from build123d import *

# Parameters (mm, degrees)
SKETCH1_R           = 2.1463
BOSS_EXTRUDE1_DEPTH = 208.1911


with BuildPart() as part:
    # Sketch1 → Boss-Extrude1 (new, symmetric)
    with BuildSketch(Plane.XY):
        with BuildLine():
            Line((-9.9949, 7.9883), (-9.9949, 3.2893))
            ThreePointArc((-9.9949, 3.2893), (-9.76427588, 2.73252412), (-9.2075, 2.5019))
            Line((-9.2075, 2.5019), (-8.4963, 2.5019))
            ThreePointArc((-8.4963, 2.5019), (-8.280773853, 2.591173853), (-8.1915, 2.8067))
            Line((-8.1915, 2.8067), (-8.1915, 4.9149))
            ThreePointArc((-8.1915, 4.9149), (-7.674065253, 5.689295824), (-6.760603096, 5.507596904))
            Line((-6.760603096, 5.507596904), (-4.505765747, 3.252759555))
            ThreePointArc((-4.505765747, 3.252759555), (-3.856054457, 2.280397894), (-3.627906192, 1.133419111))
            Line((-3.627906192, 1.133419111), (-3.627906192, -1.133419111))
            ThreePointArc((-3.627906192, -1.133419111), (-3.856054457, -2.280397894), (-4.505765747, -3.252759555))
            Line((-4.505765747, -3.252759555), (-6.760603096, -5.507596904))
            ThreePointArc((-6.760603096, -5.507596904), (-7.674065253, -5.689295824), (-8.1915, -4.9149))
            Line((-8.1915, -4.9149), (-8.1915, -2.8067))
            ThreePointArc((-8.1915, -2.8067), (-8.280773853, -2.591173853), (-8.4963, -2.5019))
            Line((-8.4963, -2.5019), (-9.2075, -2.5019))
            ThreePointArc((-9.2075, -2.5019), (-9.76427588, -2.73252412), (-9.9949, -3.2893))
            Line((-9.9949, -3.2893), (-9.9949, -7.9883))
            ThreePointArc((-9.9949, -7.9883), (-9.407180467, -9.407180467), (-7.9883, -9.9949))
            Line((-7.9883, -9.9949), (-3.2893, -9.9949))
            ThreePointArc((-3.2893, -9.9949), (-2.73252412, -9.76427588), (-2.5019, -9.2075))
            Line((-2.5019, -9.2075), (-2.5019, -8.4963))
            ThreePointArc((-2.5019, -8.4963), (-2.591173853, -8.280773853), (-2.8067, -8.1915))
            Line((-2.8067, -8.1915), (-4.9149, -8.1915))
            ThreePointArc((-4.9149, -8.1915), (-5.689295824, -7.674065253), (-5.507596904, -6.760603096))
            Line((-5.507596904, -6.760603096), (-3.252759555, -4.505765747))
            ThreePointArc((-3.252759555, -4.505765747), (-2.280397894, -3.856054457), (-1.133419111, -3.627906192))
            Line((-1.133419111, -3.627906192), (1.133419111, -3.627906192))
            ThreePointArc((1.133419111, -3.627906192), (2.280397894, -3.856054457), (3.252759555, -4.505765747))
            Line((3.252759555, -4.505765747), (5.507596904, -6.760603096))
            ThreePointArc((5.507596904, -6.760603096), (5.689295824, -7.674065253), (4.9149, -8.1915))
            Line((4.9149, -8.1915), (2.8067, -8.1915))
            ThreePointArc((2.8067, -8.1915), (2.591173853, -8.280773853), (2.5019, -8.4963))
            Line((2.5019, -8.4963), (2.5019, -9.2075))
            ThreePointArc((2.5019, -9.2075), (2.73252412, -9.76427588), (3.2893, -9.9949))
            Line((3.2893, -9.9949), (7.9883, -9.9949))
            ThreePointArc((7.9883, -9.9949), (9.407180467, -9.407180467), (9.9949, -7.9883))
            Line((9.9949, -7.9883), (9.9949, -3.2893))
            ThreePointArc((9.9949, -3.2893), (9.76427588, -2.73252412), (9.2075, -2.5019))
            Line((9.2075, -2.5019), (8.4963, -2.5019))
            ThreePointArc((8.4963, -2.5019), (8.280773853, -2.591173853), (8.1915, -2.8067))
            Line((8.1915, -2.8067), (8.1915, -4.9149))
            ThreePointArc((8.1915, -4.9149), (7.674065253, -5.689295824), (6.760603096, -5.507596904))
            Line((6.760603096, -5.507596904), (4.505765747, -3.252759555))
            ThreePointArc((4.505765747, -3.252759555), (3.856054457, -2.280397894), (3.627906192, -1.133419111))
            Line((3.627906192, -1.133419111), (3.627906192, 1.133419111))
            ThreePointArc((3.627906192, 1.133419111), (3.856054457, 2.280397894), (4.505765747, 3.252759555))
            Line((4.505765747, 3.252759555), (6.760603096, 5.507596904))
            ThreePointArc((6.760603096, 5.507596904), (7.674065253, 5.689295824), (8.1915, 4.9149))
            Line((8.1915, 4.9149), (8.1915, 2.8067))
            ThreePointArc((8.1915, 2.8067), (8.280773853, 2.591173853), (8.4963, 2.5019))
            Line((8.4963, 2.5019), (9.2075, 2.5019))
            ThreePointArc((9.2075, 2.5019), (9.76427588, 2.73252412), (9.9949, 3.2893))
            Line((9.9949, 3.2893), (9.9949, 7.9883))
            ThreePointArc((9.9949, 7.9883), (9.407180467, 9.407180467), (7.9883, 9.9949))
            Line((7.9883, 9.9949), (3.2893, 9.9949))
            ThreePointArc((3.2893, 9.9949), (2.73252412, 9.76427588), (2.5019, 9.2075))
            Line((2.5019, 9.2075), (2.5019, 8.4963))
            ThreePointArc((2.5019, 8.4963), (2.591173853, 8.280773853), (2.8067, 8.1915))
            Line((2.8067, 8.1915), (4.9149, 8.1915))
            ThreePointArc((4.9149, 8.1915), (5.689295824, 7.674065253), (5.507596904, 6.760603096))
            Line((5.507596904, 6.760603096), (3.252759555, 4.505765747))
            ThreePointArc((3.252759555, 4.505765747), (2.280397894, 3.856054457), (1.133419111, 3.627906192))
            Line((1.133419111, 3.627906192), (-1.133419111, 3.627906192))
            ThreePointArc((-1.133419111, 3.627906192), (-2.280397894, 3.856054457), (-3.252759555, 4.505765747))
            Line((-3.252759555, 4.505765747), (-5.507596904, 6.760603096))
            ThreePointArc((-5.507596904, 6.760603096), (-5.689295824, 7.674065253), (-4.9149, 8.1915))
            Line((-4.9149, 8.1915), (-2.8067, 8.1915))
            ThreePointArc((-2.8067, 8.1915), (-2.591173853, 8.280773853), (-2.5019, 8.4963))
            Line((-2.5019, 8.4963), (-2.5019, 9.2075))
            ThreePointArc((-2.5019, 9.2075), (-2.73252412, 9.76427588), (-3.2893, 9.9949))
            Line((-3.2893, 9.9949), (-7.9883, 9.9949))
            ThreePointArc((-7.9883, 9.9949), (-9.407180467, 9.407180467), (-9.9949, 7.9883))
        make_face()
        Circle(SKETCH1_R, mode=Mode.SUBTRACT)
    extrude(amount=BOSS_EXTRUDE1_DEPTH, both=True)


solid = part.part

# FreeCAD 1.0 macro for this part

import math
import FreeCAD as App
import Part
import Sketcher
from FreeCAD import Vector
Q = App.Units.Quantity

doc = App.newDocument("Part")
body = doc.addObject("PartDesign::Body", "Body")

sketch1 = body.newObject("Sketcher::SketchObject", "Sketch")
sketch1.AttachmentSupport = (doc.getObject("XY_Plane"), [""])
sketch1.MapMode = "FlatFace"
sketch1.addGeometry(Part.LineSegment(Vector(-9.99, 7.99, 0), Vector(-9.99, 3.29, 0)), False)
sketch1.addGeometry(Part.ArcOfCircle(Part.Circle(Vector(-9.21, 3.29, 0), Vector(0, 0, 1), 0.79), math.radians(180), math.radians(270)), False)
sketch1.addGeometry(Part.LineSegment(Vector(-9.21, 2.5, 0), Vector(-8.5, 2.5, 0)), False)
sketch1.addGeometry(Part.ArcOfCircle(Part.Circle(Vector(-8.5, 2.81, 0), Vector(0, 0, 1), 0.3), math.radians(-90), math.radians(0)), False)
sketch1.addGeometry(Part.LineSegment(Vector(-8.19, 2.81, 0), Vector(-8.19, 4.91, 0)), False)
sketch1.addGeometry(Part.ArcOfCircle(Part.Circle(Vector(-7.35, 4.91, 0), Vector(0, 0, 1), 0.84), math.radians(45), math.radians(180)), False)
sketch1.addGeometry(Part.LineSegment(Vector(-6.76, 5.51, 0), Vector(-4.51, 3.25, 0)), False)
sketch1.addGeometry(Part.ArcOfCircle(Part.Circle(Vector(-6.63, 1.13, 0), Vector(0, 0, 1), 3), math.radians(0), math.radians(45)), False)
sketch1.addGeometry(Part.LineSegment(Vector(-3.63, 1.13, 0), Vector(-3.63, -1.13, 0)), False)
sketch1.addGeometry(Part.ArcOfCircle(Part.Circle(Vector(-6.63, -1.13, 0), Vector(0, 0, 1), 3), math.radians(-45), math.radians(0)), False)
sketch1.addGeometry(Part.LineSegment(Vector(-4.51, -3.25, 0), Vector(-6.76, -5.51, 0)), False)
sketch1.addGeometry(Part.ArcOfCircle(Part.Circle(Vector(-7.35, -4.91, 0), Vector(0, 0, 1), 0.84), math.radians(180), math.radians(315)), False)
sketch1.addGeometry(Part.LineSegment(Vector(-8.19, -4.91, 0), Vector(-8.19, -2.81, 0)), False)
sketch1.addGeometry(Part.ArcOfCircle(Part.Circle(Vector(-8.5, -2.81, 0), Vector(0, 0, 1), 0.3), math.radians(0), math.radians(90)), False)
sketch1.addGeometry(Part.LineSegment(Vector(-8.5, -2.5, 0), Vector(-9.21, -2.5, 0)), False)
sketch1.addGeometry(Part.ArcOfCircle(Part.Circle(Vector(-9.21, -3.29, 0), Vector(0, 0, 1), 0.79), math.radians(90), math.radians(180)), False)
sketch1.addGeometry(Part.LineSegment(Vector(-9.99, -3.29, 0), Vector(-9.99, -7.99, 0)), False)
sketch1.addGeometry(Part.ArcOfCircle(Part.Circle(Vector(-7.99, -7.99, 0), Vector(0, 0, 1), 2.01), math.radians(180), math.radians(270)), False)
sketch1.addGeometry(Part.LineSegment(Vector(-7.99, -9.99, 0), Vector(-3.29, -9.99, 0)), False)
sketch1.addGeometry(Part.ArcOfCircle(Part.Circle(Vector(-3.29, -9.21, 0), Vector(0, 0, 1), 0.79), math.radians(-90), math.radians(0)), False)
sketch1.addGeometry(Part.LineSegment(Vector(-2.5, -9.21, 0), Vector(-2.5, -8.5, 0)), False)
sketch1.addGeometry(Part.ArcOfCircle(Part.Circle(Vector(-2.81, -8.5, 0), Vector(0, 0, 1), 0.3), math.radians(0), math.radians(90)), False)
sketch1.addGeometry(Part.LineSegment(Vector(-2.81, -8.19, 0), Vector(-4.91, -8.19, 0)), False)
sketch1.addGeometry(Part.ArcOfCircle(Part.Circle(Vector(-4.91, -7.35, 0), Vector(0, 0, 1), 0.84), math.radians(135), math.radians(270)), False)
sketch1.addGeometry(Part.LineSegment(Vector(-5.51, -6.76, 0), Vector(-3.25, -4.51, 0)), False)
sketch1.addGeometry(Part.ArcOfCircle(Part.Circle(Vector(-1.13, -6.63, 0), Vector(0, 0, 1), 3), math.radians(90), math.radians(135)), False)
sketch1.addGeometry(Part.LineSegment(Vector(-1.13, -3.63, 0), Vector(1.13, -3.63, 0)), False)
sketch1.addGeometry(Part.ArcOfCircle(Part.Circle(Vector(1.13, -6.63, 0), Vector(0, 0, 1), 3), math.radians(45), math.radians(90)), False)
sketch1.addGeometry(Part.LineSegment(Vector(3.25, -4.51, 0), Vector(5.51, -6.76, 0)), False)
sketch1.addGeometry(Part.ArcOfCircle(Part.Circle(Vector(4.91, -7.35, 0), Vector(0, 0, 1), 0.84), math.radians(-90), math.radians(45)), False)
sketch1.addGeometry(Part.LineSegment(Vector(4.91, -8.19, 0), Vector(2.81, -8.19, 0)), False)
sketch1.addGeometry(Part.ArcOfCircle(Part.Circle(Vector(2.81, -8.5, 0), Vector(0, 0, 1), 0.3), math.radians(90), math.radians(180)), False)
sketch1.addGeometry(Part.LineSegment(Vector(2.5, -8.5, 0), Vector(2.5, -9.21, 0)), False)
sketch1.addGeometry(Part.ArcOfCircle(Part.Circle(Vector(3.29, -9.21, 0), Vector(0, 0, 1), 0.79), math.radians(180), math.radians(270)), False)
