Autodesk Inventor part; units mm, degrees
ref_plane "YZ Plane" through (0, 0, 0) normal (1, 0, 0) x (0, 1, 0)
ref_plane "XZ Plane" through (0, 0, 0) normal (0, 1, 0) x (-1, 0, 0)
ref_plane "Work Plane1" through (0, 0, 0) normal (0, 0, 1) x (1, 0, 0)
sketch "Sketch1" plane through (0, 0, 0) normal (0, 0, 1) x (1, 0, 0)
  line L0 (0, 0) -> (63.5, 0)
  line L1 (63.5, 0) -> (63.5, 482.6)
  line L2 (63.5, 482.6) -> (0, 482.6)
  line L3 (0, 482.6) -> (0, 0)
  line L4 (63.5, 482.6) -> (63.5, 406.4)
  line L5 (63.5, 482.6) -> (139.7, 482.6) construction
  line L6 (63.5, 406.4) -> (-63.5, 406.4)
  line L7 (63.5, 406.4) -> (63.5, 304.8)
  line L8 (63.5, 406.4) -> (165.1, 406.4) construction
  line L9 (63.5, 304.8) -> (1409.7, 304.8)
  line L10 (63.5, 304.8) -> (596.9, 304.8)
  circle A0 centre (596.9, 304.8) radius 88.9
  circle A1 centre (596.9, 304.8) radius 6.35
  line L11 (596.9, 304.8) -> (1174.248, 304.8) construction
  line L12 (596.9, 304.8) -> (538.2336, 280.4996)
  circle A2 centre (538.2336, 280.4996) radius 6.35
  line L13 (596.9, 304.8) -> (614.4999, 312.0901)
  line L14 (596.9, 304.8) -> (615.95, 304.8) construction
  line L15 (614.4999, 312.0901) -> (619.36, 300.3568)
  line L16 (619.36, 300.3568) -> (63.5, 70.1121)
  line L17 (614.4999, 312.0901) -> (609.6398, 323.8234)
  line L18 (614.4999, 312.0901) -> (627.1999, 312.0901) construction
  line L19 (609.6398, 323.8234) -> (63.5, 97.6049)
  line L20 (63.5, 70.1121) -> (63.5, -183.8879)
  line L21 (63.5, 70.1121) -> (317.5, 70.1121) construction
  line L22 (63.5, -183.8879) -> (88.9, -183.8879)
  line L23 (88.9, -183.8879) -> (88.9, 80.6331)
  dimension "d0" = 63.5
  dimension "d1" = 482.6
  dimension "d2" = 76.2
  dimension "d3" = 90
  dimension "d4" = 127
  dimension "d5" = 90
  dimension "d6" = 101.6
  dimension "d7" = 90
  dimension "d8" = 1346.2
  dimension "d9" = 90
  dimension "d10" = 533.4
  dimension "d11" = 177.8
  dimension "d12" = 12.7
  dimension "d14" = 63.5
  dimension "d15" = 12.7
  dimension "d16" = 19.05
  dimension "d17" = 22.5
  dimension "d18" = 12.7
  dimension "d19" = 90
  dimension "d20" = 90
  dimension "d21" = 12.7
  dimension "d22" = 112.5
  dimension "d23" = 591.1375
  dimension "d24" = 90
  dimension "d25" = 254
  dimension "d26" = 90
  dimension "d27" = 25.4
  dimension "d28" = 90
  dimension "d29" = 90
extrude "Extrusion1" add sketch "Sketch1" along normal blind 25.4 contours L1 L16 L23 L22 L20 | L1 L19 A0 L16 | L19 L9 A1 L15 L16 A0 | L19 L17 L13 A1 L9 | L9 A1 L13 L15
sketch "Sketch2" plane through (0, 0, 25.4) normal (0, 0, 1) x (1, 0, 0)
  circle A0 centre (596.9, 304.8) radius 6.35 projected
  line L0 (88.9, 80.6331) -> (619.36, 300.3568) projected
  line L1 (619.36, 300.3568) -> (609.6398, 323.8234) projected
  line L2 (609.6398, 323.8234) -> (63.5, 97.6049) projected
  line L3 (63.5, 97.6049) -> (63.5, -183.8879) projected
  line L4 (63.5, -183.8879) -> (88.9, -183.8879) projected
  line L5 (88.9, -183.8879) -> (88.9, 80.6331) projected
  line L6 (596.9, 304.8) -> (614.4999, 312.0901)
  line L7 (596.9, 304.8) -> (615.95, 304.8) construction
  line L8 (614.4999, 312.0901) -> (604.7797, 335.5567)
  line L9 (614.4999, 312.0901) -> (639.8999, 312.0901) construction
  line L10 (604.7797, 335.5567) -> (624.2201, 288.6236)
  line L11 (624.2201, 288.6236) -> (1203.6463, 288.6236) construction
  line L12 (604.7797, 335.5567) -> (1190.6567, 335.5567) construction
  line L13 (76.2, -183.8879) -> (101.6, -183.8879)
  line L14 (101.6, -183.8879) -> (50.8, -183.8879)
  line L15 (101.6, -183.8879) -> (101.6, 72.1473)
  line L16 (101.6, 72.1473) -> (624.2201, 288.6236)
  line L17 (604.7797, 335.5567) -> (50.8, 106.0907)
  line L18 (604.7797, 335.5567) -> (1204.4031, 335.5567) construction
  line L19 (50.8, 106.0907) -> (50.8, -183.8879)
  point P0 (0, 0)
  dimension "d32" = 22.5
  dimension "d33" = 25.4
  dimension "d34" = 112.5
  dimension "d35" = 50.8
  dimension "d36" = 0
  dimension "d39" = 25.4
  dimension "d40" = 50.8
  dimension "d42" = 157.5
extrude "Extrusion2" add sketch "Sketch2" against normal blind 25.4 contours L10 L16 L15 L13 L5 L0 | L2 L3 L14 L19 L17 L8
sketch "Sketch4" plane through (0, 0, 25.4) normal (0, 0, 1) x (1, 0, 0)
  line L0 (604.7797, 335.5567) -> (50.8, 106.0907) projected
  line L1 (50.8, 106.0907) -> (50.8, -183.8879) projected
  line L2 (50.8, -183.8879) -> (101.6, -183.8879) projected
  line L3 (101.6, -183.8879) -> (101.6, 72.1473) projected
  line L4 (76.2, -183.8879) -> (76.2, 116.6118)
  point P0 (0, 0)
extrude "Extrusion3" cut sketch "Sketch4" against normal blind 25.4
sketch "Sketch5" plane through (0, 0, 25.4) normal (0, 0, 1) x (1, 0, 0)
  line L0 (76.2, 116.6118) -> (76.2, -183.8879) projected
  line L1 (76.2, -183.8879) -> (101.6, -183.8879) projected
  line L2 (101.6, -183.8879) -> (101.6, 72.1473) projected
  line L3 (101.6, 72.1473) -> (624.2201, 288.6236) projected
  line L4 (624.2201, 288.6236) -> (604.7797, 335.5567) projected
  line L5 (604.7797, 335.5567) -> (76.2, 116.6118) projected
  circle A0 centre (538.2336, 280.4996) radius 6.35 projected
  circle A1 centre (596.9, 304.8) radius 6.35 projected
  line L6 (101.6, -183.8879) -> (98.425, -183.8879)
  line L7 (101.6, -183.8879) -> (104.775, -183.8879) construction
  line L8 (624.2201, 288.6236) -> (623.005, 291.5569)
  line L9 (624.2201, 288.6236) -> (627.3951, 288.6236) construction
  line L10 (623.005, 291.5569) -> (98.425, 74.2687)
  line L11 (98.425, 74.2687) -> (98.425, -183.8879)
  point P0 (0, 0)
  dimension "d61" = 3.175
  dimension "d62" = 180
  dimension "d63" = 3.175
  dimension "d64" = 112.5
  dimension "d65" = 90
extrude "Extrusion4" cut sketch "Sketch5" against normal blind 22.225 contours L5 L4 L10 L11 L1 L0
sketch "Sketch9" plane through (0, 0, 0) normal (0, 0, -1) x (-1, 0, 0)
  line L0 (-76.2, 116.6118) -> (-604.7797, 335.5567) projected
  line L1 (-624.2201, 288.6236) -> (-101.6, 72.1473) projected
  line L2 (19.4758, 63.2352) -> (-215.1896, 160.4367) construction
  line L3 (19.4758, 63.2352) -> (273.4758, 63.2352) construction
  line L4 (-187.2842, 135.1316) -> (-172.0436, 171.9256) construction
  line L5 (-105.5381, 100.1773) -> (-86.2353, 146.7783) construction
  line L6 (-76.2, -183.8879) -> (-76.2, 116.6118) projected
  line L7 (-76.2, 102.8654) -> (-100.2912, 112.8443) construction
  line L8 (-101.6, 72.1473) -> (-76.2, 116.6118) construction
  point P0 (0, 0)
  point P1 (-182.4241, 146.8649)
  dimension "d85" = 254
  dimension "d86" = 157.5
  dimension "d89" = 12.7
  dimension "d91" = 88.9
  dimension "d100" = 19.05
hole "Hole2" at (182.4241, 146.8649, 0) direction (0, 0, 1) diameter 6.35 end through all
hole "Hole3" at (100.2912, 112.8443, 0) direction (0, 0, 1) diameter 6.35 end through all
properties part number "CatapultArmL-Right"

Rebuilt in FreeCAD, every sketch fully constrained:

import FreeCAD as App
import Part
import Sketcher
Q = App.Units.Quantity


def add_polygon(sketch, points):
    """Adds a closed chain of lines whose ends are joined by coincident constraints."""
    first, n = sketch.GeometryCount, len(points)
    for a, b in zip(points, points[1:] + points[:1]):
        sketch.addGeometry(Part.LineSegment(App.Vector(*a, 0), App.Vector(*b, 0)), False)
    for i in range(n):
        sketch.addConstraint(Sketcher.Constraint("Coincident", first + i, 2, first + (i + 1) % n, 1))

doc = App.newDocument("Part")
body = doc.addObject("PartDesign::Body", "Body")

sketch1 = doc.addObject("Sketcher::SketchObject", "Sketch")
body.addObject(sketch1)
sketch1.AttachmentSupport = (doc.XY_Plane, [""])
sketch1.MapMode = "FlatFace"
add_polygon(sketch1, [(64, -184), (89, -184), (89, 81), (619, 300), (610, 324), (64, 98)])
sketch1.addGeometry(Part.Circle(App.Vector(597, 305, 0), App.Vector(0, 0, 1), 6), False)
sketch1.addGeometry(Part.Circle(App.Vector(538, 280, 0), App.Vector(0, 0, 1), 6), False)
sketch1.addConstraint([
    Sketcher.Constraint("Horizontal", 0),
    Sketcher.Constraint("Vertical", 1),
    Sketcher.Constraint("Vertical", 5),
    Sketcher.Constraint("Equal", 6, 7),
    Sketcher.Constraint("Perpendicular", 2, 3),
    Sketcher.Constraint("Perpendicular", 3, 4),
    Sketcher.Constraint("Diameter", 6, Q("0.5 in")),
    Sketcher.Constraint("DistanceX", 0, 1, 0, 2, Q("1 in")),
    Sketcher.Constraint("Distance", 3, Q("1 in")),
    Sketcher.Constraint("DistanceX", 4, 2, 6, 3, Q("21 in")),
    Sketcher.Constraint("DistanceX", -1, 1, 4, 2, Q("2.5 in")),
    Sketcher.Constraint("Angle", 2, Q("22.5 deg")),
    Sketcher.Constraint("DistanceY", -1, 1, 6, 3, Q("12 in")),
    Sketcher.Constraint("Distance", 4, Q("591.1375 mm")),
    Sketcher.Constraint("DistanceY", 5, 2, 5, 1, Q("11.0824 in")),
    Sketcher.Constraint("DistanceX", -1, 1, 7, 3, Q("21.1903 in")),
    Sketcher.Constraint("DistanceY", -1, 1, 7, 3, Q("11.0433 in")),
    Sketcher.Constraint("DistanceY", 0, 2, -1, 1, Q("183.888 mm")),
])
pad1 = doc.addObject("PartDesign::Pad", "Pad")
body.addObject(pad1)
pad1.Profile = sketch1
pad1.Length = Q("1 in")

## Task prompt
Pull out all lines from the listing that contain the string "with".

## Solution below
with BuildPart() as part:
    with BuildSketch(Plane.XY):
        with BuildLine():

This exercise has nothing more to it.